> Your task
Please return only the lines from the one holding "face PLANE(AX(P(17.945377,0,51.105892),D(0,0,1),D(1,0,0))) rev" through the one holding "v41 (43.345377,-76.2,76.505892)", exactly as they appear in the records below, both ends included.

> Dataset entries
<<<<

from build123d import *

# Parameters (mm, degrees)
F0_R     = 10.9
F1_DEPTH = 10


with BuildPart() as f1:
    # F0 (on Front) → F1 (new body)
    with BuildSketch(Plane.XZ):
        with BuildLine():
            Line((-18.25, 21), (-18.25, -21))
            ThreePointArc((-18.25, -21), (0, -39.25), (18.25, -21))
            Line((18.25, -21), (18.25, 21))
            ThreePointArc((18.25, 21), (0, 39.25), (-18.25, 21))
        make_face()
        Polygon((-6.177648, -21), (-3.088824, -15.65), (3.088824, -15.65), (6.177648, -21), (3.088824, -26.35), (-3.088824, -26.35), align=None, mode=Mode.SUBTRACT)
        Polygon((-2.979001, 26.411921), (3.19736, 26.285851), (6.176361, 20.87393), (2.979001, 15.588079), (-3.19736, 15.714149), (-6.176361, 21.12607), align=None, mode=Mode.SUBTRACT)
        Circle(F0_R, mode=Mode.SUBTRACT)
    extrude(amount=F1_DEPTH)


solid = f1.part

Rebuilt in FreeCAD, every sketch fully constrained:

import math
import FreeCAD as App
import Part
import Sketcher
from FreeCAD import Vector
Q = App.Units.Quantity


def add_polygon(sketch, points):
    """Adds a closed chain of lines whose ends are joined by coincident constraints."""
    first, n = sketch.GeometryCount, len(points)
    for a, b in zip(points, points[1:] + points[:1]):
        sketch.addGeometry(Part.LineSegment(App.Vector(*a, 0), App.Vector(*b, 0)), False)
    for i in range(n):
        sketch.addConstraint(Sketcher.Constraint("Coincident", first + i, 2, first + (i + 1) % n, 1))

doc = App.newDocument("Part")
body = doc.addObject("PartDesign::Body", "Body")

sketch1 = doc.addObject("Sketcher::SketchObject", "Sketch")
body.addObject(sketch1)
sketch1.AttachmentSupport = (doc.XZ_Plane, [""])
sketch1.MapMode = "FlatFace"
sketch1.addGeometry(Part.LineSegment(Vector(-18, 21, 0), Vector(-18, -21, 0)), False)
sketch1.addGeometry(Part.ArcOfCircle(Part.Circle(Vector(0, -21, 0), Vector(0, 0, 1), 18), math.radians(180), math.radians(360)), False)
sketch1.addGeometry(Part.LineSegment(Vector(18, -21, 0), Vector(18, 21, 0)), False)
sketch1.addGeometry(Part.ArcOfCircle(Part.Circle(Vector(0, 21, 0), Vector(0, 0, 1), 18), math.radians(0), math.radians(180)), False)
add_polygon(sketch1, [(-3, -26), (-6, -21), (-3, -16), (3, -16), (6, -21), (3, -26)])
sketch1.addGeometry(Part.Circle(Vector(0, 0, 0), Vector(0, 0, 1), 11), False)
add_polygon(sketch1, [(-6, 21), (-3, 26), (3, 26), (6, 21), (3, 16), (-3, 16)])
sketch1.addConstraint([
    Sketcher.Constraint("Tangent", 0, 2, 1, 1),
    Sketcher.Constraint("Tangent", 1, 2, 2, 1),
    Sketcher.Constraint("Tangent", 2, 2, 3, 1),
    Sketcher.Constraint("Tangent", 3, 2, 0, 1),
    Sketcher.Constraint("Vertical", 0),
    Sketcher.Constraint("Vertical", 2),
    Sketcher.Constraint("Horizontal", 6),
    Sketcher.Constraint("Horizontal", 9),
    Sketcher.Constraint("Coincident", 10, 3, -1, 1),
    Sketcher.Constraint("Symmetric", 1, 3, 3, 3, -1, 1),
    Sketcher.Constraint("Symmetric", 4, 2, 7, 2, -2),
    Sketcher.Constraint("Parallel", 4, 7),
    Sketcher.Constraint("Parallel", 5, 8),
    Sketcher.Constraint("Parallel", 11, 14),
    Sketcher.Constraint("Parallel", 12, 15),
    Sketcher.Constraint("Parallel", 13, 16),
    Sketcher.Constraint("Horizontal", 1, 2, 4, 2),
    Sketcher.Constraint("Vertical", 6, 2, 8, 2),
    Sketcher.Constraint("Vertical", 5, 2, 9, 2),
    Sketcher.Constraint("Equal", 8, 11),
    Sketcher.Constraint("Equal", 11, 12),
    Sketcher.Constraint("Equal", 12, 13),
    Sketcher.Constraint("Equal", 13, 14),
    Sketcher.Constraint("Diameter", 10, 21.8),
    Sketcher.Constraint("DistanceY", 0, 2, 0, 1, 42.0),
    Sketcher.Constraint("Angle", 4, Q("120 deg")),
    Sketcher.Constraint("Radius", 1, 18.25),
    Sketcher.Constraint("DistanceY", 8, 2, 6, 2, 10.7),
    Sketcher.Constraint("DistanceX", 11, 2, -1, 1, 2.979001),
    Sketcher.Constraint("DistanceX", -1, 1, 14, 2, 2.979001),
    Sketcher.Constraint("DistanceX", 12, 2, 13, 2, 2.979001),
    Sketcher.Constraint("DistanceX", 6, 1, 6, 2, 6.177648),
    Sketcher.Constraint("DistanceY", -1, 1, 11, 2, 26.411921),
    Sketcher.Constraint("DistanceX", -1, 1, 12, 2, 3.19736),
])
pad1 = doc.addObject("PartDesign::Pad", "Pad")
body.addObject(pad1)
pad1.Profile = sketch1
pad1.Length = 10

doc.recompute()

>>>>
<<<<

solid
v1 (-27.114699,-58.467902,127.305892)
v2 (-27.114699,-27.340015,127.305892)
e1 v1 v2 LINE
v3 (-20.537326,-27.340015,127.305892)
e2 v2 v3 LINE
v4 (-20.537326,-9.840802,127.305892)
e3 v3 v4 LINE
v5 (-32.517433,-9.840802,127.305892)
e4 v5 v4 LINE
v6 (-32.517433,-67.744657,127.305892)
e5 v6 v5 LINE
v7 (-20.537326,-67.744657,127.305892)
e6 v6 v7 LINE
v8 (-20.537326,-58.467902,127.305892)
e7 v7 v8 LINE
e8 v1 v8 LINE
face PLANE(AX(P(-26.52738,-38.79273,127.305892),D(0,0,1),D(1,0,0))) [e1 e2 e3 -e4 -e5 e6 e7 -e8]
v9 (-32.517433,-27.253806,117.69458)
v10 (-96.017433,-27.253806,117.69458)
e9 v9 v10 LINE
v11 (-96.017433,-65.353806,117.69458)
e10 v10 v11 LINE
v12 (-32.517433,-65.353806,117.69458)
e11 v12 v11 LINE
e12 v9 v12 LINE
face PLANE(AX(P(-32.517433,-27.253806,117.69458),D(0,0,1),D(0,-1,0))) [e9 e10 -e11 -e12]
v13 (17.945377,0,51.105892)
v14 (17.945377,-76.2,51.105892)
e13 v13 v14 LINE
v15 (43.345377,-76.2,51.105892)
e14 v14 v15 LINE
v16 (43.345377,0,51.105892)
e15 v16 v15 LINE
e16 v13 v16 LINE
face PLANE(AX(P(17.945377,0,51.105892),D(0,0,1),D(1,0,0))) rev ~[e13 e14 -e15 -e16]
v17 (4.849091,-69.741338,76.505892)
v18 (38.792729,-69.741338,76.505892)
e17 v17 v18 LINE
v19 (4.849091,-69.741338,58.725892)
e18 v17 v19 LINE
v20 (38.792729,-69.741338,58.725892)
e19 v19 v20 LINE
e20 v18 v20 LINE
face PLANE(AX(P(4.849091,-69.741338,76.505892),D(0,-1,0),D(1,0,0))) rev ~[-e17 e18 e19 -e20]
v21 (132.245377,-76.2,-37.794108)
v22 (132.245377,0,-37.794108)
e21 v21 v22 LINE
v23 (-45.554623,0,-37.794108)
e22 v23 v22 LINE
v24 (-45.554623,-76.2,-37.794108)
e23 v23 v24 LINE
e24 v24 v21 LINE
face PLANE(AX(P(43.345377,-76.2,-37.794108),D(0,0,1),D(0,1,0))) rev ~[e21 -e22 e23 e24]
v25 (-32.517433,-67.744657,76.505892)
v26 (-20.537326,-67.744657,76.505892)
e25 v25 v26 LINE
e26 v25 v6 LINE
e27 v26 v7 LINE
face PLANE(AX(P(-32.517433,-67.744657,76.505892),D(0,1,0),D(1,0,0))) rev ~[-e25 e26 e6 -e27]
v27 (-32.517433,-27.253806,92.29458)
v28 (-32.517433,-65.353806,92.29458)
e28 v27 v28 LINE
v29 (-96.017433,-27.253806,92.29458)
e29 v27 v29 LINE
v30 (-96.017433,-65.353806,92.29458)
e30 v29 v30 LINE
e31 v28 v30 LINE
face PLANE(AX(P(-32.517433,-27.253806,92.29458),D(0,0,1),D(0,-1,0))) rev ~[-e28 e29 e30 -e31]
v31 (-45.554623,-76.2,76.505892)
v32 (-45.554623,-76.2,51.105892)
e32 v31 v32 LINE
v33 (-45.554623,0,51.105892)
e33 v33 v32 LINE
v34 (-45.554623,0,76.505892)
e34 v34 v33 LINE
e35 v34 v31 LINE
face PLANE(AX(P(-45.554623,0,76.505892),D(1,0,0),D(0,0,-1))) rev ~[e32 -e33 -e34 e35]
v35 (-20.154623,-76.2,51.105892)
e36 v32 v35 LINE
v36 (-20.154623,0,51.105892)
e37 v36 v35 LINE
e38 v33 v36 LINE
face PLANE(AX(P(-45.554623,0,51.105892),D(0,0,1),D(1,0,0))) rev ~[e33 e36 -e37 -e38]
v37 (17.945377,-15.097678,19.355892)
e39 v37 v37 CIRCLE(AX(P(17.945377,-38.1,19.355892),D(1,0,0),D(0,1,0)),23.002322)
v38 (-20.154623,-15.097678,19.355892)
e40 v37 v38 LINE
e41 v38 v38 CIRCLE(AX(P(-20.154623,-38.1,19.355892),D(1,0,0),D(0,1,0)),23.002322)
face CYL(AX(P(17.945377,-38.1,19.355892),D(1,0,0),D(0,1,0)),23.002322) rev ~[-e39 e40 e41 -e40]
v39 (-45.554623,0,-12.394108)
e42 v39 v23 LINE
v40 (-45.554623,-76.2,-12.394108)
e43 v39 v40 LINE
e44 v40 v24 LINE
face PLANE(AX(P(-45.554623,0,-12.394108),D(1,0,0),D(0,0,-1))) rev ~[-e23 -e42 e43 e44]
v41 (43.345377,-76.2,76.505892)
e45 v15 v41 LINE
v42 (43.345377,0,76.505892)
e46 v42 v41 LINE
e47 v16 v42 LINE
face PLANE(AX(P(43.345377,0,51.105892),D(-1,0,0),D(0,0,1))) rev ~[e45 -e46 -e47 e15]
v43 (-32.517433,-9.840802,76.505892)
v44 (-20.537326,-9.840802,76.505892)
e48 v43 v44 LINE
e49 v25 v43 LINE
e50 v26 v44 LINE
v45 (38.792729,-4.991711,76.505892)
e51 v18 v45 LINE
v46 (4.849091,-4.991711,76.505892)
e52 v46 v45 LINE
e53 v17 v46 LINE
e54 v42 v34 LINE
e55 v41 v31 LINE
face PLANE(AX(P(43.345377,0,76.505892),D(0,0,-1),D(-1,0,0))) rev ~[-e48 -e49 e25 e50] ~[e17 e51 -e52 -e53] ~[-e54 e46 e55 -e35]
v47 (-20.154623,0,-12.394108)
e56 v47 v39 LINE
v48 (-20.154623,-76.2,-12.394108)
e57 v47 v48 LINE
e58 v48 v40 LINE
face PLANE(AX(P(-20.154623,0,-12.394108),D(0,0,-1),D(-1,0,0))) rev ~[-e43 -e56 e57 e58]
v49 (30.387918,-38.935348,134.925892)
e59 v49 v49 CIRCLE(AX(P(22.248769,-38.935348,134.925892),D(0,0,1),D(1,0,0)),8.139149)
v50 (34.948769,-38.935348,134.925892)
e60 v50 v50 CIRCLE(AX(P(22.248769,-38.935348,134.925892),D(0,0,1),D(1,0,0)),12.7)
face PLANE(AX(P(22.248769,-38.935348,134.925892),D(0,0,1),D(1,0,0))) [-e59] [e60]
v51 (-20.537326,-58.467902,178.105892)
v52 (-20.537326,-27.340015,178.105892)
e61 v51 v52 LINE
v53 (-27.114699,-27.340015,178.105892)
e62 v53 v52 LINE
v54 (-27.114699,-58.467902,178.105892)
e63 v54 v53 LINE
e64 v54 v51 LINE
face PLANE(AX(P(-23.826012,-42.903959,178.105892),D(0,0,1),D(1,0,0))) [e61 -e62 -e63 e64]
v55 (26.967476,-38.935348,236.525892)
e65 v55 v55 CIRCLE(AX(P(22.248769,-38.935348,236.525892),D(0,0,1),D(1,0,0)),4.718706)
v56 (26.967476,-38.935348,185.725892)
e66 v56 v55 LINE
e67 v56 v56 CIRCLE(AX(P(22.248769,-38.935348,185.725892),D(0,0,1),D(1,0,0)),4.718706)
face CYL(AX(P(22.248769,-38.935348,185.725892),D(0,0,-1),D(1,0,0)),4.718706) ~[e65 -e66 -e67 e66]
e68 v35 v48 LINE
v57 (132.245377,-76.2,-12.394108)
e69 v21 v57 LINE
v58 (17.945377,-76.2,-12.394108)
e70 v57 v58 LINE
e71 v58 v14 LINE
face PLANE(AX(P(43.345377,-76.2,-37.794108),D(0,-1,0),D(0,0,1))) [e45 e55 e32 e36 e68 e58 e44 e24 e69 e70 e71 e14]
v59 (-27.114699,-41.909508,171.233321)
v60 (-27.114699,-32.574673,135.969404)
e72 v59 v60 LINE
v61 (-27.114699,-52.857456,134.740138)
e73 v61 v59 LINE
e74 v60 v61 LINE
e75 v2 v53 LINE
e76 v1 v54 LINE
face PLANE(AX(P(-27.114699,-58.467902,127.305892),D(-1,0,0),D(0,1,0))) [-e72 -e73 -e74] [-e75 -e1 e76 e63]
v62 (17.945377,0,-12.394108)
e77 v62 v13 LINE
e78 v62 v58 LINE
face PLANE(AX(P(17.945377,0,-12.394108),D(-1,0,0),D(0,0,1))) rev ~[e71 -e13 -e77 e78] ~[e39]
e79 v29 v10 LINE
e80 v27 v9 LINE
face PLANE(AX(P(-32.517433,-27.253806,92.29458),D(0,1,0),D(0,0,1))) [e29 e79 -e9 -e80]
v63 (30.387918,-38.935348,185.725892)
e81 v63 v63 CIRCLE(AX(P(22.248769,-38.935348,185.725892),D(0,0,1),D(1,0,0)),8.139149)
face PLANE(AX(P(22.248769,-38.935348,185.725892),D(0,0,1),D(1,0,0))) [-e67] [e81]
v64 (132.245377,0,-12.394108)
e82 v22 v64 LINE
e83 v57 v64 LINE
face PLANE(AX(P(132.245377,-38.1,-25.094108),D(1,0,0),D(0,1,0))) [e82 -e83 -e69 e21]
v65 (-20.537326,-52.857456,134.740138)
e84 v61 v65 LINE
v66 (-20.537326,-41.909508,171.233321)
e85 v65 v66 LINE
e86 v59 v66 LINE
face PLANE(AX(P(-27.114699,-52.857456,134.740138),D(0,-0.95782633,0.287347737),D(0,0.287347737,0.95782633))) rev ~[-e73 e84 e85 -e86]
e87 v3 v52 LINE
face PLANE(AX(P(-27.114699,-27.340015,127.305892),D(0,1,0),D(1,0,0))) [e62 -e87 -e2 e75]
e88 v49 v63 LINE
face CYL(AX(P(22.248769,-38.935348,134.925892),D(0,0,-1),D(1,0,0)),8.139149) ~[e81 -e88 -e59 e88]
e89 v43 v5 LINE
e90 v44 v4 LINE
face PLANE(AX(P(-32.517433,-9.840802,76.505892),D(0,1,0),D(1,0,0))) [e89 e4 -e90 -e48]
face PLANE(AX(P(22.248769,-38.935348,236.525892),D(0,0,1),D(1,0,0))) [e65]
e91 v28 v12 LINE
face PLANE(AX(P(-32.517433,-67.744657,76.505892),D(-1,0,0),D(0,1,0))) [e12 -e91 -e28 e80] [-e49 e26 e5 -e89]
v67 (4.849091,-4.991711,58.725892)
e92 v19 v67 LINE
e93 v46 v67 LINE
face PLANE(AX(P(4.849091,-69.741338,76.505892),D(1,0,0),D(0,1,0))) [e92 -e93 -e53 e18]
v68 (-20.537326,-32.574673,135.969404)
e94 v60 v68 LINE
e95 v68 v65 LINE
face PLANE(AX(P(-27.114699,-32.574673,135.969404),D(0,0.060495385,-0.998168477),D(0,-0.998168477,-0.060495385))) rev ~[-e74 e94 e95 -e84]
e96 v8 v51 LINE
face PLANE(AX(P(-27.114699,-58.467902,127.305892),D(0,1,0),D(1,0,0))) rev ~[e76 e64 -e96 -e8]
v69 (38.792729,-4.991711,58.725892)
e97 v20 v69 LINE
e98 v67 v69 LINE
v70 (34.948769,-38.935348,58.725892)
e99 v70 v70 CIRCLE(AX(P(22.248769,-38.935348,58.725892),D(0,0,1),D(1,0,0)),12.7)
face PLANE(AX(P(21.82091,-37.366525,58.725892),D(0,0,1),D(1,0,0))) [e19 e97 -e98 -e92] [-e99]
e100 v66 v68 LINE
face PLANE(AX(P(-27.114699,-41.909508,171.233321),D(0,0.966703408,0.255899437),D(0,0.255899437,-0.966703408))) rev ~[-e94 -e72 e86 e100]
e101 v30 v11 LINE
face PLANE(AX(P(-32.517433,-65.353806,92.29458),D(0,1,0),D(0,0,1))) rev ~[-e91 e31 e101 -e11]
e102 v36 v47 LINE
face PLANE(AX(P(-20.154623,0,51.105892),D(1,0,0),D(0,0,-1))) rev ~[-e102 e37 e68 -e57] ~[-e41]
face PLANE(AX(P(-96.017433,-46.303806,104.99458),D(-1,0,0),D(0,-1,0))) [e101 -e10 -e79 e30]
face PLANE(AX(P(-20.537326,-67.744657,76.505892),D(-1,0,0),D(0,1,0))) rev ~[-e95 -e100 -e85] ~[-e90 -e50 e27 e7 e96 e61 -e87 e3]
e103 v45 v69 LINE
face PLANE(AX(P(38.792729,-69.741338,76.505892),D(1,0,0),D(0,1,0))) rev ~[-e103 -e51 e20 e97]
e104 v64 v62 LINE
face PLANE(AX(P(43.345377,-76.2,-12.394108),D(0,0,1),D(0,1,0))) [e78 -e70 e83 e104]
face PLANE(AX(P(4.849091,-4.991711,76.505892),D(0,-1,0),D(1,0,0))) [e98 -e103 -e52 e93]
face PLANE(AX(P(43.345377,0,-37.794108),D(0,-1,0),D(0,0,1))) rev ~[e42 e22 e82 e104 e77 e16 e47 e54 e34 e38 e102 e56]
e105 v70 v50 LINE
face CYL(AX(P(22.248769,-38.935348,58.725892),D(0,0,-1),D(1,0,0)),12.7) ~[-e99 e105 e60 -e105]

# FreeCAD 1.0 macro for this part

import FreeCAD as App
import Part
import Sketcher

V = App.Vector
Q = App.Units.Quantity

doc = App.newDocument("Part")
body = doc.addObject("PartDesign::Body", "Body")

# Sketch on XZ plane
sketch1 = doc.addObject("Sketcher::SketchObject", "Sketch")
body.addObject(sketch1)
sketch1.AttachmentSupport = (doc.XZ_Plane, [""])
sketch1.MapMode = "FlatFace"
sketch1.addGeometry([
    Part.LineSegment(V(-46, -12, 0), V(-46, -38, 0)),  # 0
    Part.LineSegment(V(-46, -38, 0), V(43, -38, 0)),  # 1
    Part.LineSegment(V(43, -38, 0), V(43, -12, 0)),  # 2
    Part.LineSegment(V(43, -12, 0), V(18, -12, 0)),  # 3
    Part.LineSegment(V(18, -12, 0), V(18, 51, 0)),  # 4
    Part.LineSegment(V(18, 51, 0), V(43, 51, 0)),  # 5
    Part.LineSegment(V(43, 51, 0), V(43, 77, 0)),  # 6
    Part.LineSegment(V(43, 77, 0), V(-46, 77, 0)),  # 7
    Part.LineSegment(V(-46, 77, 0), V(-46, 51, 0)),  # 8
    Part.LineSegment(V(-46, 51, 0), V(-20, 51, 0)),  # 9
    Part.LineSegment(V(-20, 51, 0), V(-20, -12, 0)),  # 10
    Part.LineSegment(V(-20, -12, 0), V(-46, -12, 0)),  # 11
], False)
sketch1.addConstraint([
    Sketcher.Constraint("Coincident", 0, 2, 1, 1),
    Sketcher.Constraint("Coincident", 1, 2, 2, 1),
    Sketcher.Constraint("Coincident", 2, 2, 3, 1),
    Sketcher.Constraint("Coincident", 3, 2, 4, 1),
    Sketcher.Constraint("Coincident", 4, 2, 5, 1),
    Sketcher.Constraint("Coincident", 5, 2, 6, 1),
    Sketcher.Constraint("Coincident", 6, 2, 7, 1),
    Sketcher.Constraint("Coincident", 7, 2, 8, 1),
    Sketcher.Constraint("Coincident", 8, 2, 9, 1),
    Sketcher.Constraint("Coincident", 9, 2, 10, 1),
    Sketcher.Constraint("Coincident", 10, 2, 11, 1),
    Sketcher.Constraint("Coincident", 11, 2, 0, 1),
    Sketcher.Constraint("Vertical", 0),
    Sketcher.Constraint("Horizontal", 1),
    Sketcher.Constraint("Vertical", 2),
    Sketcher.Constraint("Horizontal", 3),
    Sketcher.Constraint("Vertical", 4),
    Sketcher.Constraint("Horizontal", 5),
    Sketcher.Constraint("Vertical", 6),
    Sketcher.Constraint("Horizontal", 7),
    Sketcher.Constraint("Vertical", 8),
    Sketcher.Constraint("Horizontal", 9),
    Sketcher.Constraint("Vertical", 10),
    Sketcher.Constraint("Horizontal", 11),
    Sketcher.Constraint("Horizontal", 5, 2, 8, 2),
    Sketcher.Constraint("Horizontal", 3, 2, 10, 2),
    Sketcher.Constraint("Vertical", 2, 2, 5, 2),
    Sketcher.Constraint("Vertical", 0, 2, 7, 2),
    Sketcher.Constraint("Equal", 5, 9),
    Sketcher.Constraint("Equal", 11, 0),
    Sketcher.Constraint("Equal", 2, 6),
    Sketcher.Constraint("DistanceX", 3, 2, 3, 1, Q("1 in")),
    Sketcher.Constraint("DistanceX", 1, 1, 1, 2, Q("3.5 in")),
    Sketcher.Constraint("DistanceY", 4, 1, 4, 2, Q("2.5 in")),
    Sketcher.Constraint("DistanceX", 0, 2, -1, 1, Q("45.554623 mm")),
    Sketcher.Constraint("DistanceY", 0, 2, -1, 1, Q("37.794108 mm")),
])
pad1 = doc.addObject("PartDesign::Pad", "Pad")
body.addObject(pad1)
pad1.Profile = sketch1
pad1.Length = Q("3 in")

>>>>
<<<<

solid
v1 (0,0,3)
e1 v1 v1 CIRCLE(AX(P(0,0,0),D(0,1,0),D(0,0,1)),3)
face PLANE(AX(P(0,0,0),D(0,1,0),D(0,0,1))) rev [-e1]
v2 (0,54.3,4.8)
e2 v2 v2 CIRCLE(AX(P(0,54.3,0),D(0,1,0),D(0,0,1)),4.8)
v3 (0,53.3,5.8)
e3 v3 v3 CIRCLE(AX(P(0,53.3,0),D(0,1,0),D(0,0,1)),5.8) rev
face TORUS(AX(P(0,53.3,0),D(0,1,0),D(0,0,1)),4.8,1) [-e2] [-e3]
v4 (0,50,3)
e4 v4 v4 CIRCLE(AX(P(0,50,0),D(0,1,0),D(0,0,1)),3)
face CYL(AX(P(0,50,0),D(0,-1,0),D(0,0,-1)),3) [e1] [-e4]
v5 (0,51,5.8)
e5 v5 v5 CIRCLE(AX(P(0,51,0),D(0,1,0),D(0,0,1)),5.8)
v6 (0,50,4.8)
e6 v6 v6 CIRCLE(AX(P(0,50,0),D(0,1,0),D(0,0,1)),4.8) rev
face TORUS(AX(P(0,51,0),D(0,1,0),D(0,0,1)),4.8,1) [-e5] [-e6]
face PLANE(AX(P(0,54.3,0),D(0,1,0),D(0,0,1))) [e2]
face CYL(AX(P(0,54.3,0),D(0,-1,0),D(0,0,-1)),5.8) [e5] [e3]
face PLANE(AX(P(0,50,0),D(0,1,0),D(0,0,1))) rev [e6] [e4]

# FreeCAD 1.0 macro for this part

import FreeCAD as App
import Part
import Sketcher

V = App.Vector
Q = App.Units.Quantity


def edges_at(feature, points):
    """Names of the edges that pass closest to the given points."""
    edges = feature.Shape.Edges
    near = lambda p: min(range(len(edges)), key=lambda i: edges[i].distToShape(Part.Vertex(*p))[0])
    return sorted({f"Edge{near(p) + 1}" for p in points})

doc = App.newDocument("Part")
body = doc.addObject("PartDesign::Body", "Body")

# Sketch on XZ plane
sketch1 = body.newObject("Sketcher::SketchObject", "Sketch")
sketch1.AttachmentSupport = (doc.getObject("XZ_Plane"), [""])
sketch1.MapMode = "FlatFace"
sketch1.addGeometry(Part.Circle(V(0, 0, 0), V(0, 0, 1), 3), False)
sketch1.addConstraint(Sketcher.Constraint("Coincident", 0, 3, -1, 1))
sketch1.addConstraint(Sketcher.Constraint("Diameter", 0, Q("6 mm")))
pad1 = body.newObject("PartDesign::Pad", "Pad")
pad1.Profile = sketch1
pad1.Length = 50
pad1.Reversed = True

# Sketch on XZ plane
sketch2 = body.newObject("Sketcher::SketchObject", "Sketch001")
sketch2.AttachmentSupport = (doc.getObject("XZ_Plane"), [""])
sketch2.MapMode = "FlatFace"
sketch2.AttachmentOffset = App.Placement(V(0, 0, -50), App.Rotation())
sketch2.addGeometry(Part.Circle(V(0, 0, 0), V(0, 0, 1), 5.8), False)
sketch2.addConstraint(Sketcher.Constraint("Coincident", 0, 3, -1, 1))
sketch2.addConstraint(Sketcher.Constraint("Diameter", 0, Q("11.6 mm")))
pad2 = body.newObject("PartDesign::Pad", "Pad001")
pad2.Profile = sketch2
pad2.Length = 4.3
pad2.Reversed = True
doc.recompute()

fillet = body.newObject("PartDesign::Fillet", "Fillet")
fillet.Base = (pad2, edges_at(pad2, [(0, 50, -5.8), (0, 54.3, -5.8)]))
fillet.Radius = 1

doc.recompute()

>>>>

> Result of this task
face PLANE(AX(P(17.945377,0,51.105892),D(0,0,1),D(1,0,0))) rev ~[e13 e14 -e15 -e16]
v17 (4.849091,-69.741338,76.505892)
v18 (38.792729,-69.741338,76.505892)
e17 v17 v18 LINE
v19 (4.849091,-69.741338,58.725892)
e18 v17 v19 LINE
v20 (38.792729,-69.741338,58.725892)
e19 v19 v20 LINE
e20 v18 v20 LINE
face PLANE(AX(P(4.849091,-69.741338,76.505892),D(0,-1,0),D(1,0,0))) rev ~[-e17 e18 e19 -e20]
v21 (132.245377,-76.2,-37.794108)
v22 (132.245377,0,-37.794108)
e21 v21 v22 LINE
v23 (-45.554623,0,-37.794108)
e22 v23 v22 LINE
v24 (-45.554623,-76.2,-37.794108)
e23 v23 v24 LINE
e24 v24 v21 LINE
face PLANE(AX(P(43.345377,-76.2,-37.794108),D(0,0,1),D(0,1,0))) rev ~[e21 -e22 e23 e24]
v25 (-32.517433,-67.744657,76.505892)
v26 (-20.537326,-67.744657,76.505892)
e25 v25 v26 LINE
e26 v25 v6 LINE
e27 v26 v7 LINE
face PLANE(AX(P(-32.517433,-67.744657,76.505892),D(0,1,0),D(1,0,0))) rev ~[-e25 e26 e6 -e27]
v27 (-32.517433,-27.253806,92.29458)
v28 (-32.517433,-65.353806,92.29458)
e28 v27 v28 LINE
v29 (-96.017433,-27.253806,92.29458)
e29 v27 v29 LINE
v30 (-96.017433,-65.353806,92.29458)
e30 v29 v30 LINE
e31 v28 v30 LINE
face PLANE(AX(P(-32.517433,-27.253806,92.29458),D(0,0,1),D(0,-1,0))) rev ~[-e28 e29 e30 -e31]
v31 (-45.554623,-76.2,76.505892)
v32 (-45.554623,-76.2,51.105892)
e32 v31 v32 LINE
v33 (-45.554623,0,51.105892)
e33 v33 v32 LINE
v34 (-45.554623,0,76.505892)
e34 v34 v33 LINE
e35 v34 v31 LINE
face PLANE(AX(P(-45.554623,0,76.505892),D(1,0,0),D(0,0,-1))) rev ~[e32 -e33 -e34 e35]
v35 (-20.154623,-76.2,51.105892)
e36 v32 v35 LINE
v36 (-20.154623,0,51.105892)
e37 v36 v35 LINE
e38 v33 v36 LINE
face PLANE(AX(P(-45.554623,0,51.105892),D(0,0,1),D(1,0,0))) rev ~[e33 e36 -e37 -e38]
v37 (17.945377,-15.097678,19.355892)
e39 v37 v37 CIRCLE(AX(P(17.945377,-38.1,19.355892),D(1,0,0),D(0,1,0)),23.002322)
v38 (-20.154623,-15.097678,19.355892)
e40 v37 v38 LINE
e41 v38 v38 CIRCLE(AX(P(-20.154623,-38.1,19.355892),D(1,0,0),D(0,1,0)),23.002322)
face CYL(AX(P(17.945377,-38.1,19.355892),D(1,0,0),D(0,1,0)),23.002322) rev ~[-e39 e40 e41 -e40]
v39 (-45.554623,0,-12.394108)
e42 v39 v23 LINE
v40 (-45.554623,-76.2,-12.394108)
e43 v39 v40 LINE
e44 v40 v24 LINE
face PLANE(AX(P(-45.554623,0,-12.394108),D(1,0,0),D(0,0,-1))) rev ~[-e23 -e42 e43 e44]
v41 (43.345377,-76.2,76.505892)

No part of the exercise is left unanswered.